(Saved entries)

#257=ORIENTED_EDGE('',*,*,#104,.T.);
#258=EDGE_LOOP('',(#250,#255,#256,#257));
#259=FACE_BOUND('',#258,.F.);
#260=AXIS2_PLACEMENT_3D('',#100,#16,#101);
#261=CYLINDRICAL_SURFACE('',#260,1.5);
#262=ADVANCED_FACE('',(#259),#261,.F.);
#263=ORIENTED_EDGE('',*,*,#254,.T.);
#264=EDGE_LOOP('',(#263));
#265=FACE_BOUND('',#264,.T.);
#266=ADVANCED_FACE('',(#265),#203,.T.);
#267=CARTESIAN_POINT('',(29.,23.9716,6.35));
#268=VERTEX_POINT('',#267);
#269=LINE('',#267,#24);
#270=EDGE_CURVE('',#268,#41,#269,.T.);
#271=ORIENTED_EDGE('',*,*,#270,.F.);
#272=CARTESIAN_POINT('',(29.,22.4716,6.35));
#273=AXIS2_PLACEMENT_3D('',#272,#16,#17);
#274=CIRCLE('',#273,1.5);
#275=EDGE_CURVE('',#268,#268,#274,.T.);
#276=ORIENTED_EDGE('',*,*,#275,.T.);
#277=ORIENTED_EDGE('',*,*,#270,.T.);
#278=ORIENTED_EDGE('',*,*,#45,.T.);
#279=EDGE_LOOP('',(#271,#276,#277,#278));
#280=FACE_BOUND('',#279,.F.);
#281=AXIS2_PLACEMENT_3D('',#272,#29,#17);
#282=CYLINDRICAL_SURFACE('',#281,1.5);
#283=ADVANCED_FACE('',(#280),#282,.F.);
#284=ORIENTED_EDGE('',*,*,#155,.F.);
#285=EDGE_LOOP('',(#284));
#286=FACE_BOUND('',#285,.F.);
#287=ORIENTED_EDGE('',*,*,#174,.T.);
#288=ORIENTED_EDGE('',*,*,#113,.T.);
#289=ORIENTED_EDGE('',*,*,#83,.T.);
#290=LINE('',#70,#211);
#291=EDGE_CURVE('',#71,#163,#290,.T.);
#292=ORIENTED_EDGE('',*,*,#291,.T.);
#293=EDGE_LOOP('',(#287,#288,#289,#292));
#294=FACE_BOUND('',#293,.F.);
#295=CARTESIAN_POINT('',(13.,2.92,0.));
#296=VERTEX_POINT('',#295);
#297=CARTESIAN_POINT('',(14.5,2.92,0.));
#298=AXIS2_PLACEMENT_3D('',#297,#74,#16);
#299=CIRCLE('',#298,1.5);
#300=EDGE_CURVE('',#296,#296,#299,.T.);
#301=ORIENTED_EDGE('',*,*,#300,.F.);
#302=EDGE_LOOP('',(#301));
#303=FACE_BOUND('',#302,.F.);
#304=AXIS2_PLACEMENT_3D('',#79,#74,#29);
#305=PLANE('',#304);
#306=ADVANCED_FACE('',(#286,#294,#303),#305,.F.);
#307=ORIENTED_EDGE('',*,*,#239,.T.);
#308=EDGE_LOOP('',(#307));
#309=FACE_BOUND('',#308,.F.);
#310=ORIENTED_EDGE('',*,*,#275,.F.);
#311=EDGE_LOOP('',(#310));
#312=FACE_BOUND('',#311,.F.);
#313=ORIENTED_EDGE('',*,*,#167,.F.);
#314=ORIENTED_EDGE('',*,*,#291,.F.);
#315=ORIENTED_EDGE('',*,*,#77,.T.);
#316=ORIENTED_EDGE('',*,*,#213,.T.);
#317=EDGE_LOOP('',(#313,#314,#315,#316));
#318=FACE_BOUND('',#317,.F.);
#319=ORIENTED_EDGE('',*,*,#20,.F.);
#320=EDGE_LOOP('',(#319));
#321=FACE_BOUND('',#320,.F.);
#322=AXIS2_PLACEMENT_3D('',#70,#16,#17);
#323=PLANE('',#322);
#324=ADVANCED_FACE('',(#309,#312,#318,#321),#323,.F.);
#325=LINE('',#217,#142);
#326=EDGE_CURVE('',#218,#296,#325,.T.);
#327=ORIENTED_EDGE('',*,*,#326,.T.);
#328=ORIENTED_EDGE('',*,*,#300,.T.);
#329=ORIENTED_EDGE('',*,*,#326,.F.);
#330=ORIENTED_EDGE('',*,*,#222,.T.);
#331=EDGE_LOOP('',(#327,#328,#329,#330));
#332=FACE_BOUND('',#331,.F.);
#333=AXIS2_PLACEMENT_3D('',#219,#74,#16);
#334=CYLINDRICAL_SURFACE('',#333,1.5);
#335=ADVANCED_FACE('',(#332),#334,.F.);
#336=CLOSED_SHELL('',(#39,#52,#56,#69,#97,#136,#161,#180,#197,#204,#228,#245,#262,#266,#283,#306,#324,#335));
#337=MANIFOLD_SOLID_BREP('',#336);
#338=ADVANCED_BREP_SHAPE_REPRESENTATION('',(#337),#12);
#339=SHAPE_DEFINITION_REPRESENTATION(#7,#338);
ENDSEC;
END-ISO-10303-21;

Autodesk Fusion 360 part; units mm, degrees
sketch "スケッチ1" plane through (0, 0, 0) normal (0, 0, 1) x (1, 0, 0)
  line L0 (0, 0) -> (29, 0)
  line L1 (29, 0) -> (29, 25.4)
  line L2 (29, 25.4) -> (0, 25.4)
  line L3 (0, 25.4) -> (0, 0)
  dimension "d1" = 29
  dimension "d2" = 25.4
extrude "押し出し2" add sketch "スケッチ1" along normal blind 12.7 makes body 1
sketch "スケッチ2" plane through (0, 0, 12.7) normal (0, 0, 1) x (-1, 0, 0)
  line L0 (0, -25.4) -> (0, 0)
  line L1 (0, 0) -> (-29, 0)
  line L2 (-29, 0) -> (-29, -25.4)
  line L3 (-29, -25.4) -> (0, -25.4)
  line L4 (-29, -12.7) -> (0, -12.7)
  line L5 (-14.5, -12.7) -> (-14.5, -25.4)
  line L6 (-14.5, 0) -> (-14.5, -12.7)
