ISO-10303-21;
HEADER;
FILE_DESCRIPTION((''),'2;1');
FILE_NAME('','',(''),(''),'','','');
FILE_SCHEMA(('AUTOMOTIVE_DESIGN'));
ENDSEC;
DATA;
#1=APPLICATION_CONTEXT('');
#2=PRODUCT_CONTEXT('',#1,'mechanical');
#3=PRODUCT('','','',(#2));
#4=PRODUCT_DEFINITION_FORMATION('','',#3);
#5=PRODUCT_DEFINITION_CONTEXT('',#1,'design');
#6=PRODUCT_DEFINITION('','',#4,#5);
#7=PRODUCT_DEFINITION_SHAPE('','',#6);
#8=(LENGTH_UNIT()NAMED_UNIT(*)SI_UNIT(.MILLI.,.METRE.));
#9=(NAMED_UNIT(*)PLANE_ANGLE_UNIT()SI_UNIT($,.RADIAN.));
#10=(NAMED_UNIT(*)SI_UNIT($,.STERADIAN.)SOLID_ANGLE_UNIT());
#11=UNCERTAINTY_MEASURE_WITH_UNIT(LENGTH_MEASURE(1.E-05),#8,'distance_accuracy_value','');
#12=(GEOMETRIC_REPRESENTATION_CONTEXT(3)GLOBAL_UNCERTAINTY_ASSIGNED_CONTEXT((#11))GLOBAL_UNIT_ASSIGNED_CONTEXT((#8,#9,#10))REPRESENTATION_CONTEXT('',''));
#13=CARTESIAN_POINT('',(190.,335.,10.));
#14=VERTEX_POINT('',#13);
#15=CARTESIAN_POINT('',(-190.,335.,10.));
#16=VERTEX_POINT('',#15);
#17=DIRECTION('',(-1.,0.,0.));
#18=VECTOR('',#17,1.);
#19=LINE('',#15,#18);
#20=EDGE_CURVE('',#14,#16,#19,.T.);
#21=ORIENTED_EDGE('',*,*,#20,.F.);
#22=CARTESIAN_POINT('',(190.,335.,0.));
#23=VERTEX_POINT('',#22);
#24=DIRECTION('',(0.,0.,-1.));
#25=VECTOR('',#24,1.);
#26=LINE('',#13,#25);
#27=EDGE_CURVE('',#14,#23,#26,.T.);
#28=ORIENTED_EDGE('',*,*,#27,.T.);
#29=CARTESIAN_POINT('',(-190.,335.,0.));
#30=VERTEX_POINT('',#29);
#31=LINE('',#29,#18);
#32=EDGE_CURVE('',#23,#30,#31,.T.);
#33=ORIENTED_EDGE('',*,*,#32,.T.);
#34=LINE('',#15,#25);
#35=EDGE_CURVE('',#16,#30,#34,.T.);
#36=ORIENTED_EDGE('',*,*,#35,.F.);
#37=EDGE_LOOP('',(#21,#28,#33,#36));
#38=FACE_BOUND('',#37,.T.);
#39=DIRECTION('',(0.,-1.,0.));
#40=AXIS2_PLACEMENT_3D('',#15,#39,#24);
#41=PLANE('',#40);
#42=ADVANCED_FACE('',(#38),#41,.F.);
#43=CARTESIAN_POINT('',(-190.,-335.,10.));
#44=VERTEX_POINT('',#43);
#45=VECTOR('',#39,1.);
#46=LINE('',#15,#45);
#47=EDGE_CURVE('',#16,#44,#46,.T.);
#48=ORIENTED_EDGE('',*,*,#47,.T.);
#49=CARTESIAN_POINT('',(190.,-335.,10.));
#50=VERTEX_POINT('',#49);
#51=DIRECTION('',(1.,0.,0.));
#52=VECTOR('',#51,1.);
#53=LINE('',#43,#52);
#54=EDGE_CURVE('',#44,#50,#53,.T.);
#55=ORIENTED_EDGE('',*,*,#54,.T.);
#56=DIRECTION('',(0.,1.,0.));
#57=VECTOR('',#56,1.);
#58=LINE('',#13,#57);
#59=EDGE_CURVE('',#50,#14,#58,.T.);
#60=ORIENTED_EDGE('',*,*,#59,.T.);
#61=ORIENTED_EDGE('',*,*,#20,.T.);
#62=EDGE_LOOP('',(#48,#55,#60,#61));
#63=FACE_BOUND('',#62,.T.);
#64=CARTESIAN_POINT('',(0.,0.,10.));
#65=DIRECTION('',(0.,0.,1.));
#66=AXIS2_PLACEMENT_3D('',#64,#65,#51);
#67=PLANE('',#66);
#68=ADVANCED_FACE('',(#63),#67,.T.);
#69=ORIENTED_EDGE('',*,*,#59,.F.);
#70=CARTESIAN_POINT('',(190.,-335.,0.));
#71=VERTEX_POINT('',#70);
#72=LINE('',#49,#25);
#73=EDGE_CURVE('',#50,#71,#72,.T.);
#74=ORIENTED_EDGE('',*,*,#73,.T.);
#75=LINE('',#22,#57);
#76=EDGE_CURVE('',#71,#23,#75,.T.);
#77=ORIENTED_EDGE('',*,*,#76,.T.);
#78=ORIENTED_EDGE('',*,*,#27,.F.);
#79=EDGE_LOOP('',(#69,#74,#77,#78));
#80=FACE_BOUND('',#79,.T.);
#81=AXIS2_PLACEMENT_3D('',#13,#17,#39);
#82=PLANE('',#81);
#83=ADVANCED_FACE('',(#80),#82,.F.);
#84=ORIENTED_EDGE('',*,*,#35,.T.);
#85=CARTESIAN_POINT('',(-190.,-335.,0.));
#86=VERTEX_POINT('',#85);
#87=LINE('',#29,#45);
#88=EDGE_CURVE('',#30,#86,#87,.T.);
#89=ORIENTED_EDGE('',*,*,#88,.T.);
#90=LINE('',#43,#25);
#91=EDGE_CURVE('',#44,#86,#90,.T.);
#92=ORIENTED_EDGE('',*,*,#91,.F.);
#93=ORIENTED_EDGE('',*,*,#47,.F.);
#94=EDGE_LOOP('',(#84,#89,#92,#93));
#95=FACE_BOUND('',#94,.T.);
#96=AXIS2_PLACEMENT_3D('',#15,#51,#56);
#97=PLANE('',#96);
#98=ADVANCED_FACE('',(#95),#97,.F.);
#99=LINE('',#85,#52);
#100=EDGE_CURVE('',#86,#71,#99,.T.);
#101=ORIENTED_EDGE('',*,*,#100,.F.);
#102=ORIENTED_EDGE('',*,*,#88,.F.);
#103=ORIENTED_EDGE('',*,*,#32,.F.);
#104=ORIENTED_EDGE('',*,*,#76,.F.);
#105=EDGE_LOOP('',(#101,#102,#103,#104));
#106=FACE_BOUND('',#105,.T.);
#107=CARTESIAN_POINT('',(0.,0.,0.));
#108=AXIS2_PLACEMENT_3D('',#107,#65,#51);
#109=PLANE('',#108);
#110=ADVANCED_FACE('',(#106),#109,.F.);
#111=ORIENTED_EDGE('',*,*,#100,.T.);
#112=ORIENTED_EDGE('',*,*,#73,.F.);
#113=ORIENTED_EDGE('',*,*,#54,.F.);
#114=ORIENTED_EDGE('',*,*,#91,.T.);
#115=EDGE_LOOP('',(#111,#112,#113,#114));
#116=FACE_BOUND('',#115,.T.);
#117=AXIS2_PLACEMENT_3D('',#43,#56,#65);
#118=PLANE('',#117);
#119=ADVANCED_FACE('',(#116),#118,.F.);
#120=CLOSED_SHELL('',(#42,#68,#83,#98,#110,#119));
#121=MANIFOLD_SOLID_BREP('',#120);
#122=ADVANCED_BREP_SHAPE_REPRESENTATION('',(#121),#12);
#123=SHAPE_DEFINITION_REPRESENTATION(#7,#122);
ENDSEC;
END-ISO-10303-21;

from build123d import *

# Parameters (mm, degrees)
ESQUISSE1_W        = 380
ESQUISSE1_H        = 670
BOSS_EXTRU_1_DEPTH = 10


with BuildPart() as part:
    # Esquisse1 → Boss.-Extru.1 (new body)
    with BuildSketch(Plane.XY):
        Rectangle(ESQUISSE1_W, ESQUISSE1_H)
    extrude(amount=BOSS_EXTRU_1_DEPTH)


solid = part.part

* * *

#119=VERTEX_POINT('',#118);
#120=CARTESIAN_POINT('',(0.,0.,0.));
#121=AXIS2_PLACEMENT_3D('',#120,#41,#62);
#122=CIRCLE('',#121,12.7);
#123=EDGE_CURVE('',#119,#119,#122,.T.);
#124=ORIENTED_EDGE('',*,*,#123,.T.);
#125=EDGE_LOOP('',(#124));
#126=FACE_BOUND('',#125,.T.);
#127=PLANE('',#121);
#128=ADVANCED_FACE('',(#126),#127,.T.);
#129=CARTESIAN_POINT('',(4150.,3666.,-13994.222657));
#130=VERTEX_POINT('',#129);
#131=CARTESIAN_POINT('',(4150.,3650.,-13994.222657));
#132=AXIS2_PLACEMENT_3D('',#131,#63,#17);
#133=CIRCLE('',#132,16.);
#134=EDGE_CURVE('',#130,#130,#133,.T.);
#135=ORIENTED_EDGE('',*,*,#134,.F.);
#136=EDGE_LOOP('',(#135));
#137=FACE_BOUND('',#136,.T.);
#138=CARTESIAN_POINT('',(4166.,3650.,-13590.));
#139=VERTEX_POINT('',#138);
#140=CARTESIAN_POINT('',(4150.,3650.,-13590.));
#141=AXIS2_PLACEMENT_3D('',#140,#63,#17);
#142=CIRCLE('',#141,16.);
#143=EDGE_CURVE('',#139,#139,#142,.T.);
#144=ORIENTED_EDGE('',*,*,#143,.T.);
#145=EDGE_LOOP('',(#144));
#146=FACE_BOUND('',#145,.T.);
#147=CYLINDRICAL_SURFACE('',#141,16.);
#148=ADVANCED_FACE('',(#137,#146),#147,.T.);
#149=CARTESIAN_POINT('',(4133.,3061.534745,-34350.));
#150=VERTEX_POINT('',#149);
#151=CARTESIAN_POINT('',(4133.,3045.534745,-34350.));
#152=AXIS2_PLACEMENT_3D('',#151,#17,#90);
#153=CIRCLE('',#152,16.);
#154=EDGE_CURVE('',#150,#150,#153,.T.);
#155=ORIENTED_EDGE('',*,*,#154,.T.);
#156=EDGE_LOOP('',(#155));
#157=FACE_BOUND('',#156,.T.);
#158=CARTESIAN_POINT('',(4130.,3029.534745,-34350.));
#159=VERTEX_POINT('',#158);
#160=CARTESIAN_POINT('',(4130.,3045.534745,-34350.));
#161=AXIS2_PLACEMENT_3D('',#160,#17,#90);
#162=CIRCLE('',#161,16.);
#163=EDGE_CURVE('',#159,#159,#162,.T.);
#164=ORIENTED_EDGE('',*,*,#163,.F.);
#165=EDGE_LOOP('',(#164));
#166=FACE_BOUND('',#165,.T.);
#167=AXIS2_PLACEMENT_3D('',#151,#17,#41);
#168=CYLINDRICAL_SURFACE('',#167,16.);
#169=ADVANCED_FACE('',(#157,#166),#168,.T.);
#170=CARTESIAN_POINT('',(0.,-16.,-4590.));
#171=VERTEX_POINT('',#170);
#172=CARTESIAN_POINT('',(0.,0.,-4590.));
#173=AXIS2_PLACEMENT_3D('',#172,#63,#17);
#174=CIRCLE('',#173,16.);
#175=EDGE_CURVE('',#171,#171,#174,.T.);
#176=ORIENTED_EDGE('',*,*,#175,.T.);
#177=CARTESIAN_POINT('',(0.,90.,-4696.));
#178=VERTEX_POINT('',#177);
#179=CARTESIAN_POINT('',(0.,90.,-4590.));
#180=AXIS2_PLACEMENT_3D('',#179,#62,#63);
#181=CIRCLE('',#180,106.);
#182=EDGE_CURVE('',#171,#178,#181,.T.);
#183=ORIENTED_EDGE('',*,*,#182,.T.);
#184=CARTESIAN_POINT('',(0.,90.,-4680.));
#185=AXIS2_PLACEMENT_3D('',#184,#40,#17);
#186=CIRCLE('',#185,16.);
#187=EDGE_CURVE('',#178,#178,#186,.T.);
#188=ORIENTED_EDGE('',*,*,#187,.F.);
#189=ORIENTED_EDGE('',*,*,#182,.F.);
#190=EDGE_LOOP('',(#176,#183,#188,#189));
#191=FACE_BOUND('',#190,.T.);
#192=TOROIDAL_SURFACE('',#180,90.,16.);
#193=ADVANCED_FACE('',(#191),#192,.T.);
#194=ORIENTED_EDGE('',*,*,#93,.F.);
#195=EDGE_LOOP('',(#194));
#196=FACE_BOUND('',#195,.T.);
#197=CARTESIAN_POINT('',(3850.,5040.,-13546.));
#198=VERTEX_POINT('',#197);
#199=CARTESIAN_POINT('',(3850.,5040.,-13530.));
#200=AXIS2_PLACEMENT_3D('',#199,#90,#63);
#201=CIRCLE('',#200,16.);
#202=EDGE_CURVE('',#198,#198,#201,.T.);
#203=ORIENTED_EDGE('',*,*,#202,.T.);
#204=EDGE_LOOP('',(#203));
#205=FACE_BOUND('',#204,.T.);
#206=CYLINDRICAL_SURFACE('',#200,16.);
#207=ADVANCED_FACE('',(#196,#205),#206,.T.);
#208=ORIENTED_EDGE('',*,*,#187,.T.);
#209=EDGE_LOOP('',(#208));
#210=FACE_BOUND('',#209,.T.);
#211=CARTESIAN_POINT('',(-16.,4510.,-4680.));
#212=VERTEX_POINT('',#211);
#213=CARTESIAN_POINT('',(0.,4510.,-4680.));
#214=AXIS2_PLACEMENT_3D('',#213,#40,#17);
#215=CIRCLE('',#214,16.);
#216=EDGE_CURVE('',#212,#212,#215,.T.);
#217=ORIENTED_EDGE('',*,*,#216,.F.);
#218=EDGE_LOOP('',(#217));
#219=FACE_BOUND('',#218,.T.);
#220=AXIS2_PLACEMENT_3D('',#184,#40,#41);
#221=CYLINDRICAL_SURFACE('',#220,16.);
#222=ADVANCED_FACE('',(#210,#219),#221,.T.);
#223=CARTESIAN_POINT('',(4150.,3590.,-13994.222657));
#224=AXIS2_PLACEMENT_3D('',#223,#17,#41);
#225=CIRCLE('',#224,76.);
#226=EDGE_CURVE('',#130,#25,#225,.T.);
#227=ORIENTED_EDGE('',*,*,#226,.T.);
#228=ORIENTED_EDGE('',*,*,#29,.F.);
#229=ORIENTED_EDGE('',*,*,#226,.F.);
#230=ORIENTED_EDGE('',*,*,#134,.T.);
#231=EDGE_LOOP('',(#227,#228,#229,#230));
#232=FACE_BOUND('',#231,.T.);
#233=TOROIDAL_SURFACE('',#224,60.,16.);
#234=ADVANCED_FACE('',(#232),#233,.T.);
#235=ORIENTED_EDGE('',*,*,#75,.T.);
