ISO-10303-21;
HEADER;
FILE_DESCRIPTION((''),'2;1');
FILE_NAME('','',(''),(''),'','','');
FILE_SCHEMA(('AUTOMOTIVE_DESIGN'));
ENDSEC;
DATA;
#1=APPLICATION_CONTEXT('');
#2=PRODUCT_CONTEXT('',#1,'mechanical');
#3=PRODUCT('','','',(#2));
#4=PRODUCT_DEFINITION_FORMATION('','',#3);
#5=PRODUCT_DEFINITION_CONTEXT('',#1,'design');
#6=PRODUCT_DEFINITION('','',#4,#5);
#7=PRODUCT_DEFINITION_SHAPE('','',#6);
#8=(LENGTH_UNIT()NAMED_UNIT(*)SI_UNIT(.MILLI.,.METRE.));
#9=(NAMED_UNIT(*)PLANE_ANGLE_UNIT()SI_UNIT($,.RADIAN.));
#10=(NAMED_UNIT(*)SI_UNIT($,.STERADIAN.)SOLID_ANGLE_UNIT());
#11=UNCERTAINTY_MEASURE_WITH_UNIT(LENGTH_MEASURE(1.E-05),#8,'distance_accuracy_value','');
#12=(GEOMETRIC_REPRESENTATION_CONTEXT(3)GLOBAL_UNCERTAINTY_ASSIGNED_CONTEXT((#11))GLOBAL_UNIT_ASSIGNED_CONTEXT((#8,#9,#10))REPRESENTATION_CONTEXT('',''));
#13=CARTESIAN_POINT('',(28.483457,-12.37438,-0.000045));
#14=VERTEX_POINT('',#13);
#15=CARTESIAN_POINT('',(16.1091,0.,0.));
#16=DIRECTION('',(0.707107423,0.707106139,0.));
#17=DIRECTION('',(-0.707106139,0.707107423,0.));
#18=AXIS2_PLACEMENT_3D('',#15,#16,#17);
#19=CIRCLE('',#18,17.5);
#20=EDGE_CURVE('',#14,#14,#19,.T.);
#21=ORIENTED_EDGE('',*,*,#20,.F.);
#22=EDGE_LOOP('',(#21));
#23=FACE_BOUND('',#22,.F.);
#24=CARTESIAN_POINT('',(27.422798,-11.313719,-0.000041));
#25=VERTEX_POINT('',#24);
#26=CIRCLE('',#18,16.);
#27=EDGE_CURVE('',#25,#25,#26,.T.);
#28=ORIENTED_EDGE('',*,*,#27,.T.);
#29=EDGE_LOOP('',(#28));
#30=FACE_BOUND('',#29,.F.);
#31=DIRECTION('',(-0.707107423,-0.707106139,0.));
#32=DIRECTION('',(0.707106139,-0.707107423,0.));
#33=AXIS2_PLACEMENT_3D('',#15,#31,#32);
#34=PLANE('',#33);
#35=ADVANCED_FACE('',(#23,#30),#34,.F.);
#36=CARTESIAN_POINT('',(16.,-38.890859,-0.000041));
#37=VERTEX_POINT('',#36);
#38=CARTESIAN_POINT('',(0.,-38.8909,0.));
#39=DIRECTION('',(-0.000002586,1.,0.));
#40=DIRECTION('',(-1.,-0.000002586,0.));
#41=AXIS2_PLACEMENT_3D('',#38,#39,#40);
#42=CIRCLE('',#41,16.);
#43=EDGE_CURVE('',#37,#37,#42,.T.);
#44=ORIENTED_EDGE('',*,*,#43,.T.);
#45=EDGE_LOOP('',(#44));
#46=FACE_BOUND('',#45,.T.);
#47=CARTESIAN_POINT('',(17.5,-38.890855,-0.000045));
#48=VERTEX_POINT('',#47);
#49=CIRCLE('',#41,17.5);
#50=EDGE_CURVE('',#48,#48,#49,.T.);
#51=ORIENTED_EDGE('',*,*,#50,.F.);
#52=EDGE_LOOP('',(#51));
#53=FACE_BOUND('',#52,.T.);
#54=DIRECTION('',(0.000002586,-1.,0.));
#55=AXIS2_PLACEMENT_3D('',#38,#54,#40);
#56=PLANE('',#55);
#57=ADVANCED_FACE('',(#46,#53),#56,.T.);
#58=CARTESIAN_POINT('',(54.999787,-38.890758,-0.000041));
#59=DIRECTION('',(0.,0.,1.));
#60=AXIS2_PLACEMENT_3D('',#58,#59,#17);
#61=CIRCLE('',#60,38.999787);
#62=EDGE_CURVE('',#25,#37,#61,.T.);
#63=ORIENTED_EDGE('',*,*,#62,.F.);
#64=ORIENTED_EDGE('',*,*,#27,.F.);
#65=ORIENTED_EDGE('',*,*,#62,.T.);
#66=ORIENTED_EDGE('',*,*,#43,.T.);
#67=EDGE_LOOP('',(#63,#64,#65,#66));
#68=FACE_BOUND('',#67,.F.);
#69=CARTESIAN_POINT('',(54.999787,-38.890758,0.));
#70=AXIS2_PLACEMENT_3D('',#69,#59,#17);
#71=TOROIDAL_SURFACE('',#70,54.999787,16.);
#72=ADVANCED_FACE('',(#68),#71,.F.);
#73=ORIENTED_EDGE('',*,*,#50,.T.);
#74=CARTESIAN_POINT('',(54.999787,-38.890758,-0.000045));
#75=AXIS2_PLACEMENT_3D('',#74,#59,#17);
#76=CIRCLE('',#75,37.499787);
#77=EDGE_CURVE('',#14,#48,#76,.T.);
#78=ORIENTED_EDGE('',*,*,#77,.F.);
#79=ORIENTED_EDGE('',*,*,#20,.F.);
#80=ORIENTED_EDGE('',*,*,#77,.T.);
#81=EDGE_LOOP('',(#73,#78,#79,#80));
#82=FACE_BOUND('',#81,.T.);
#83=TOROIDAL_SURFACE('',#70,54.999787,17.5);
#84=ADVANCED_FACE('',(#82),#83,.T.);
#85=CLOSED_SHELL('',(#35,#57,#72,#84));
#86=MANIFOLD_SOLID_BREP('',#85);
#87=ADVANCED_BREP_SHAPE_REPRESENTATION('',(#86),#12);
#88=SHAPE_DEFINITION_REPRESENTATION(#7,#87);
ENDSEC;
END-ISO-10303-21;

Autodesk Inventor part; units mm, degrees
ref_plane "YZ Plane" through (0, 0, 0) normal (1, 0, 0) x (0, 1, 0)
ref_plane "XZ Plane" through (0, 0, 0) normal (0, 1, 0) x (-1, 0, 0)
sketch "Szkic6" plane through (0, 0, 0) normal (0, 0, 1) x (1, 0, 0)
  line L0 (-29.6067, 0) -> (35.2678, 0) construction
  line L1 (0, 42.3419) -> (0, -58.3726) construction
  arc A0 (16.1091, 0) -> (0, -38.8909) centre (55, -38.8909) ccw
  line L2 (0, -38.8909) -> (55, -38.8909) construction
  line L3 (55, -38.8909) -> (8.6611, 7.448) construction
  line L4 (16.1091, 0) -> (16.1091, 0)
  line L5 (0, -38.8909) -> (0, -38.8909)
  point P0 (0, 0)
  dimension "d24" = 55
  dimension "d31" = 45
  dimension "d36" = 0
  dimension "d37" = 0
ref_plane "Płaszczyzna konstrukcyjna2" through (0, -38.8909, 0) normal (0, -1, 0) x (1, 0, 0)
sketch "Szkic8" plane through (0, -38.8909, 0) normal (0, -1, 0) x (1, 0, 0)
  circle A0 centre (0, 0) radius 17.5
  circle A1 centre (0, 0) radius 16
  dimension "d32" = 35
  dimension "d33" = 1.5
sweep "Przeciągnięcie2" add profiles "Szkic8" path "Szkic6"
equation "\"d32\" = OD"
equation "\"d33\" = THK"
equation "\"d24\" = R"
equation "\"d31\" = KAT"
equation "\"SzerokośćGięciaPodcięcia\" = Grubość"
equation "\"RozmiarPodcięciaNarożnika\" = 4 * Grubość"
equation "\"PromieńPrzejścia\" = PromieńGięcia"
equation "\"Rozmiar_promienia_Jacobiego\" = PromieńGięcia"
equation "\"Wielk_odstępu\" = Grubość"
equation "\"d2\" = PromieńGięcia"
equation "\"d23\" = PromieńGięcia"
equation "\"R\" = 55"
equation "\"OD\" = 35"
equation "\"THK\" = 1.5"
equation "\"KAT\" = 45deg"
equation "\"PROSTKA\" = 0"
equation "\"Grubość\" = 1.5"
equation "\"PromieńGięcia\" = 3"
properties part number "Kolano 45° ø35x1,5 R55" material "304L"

§ **Prompt**:
Copy out only the lines above from the one with "#163=EDGE_CURVE('',#159,#159,#162,.T.);" to the one with "#172=CARTESIAN_POINT('',(0.,0.,-4590.));", inclusive, exactly as they stand.

§ **Exercise output**:
#163=EDGE_CURVE('',#159,#159,#162,.T.);
#164=ORIENTED_EDGE('',*,*,#163,.F.);
#165=EDGE_LOOP('',(#164));
#166=FACE_BOUND('',#165,.T.);
#167=AXIS2_PLACEMENT_3D('',#151,#17,#41);
#168=CYLINDRICAL_SURFACE('',#167,16.);
#169=ADVANCED_FACE('',(#157,#166),#168,.T.);
#170=CARTESIAN_POINT('',(0.,-16.,-4590.));
#171=VERTEX_POINT('',#170);
#172=CARTESIAN_POINT('',(0.,0.,-4590.));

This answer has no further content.